Expert: Paul Klarreich - 5/4/2007

Question
Hi,
For waht values of a, if any, do the series converge?

segma from n=1 to infinity ( (1/(n-1) - (2a/(n+1) )

i'm using the integral test, i've integrated the series but i couldn't find the values that i should replace "a" with.
please help

Answer
Questioner:   Ibrahim
Category:  Calculus

 
Subject:  Infinite sequences and series
Question:  Hi,
For what values of a, if any, do the series converge?

segma from n=1 to infinity ( (1/(n-1) - (2a/(n+1) )
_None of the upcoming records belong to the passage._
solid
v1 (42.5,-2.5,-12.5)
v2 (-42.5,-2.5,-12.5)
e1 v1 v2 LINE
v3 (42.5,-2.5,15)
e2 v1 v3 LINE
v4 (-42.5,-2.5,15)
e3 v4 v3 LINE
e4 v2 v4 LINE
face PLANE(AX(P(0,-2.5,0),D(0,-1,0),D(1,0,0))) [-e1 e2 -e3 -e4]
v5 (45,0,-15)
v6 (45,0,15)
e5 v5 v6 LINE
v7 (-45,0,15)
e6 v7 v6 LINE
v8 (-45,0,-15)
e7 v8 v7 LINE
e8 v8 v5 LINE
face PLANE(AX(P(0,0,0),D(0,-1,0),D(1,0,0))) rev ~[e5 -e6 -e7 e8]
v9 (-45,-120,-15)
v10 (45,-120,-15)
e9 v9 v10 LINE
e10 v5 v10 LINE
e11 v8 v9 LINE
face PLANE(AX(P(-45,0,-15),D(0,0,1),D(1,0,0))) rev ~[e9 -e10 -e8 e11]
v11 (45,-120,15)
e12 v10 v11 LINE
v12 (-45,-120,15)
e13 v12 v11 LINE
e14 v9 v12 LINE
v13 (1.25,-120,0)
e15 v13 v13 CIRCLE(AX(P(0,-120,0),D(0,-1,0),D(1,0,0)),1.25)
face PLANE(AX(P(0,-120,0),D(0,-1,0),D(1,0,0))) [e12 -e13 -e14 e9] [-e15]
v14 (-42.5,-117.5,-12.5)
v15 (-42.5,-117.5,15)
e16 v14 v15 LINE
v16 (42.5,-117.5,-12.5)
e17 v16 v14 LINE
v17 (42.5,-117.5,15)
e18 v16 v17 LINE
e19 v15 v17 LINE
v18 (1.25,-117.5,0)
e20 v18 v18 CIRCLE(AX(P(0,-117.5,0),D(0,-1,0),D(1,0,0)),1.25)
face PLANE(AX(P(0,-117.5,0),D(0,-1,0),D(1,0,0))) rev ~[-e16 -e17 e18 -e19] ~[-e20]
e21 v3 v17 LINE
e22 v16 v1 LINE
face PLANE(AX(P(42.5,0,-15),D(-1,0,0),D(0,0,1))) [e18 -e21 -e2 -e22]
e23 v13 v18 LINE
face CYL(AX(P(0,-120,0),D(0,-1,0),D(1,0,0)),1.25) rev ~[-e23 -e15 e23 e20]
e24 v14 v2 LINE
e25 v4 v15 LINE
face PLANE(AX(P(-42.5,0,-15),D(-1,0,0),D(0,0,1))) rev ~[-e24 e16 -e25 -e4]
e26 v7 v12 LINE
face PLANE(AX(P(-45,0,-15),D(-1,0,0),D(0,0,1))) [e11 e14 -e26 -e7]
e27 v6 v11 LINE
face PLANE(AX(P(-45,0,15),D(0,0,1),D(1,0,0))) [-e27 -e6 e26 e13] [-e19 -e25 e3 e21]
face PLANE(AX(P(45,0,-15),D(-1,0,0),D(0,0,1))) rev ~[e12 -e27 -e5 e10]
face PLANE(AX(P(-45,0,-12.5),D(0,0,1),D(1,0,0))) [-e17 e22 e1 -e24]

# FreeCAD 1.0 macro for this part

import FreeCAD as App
import Part
import Sketcher
from FreeCAD import Vector


def faces_at(feature, points):
    """Names of the faces that lie closest to the given points."""
    faces = feature.Shape.Faces
    near = lambda p: min(range(len(faces)), key=lambda i: faces[i].distToShape(Part.Vertex(*p))[0])
    return sorted({f"Face{near(p) + 1}" for p in points})


def add_polygon(sketch, points):
    """Adds a closed chain of lines whose ends are joined by coincident constraints."""
    first, n = sketch.GeometryCount, len(points)
    for a, b in zip(points, points[1:] + points[:1]):
        sketch.addGeometry(Part.LineSegment(App.Vector(*a, 0), App.Vector(*b, 0)), False)
    for i in range(n):
        sketch.addConstraint(Sketcher.Constraint("Coincident", first + i, 2, first + (i + 1) % n, 1))

doc = App.newDocument("Part")
body = doc.addObject("PartDesign::Body", "Body")

# Sketch on XZ plane
sketch1 = body.newObject("Sketcher::SketchObject", "Sketch")
sketch1.AttachmentSupport = (doc.getObject("XZ_Plane"), [""])
sketch1.MapMode = "FlatFace"
add_polygon(sketch1, [(-45, 15), (-45, -15), (45, -15), (45, 15)])  # lines 0-3
sketch1.addConstraint(Sketcher.Constraint("Vertical", 0))
sketch1.addConstraint(Sketcher.Constraint("Horizontal", 1))
sketch1.addConstraint(Sketcher.Constraint("Vertical", 2))
sketch1.addConstraint(Sketcher.Constraint("Horizontal", 3))
sketch1.addConstraint(Sketcher.Constraint("Symmetric", 0, 2, 2, 2, -1, 1))
sketch1.addConstraint(Sketcher.Constraint("DistanceX", 1, 1, 1, 2, 90.0))
sketch1.addConstraint(Sketcher.Constraint("DistanceY", 0, 2, 0, 1, 30.0))
pad1 = body.newObject("PartDesign::Pad", "Pad")
pad1.Profile = sketch1
pad1.Length = 120
doc.recompute()

thickness = body.newObject("PartDesign::Thickness", "Thickness")
thickness.Base = (pad1, faces_at(pad1, [(0, -60, 15)]))
thickness.Value = 2.5
thickness.Reversed = True
thickness.Join = "Arc"

# Sketch on XZ plane
sketch2 = body.newObject("Sketcher::SketchObject", "Sketch001")
sketch2.AttachmentSupport = (doc.getObject("XZ_Plane"), [""])
sketch2.MapMode = "FlatFace"
sketch2.AttachmentOffset = App.Placement(Vector(0, 0, 120), App.Rotation())
sketch2.addGeometry(Part.Circle(Vector(0, 0, 0), Vector(0, 0, 1), 1.2), False)
sketch2.addConstraint(Sketcher.Constraint("Coincident", 0, 3, -1, 1))
sketch2.addConstraint(Sketcher.Constraint("Diameter", 0, 2.5))
pocket1 = body.newObject("PartDesign::Pocket", "Pocket")
pocket1.Profile = sketch2
pocket1.Length = 25

doc.recompute()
i'm using the integral test, i've integrated the series but i couldn't find the values that i should replace "a" with.
please help

I think you want a sum from  n = 2 to infinity, since  1/(n-1) cannot have  n=1.  That aside, you will probably want to do a little algebra:

 1      2a
----- - ----- =
n - 1   n + 1

n + 1 - 2a(n - 1)
-----------------  
n^2 - 1

n + 1 - 2an + 2a
-----------------  
n^2 - 1

n(1 - 2a) + 1 + 2a
------------------  
n^2 - 1

Separate into two terms again:

n(1 - 2a)     1 + 2a
--------- +  --------  
n^2 - 1      n^2 - 1

The second term, if you apply the integral test or a p-test, or whatever, will converge.  

But the first term behaves like the harmonic series and will diverge, unless  1- 2a = 0, in which case it is identically zero.

So I am afraid you will need  a = 1/2 for that.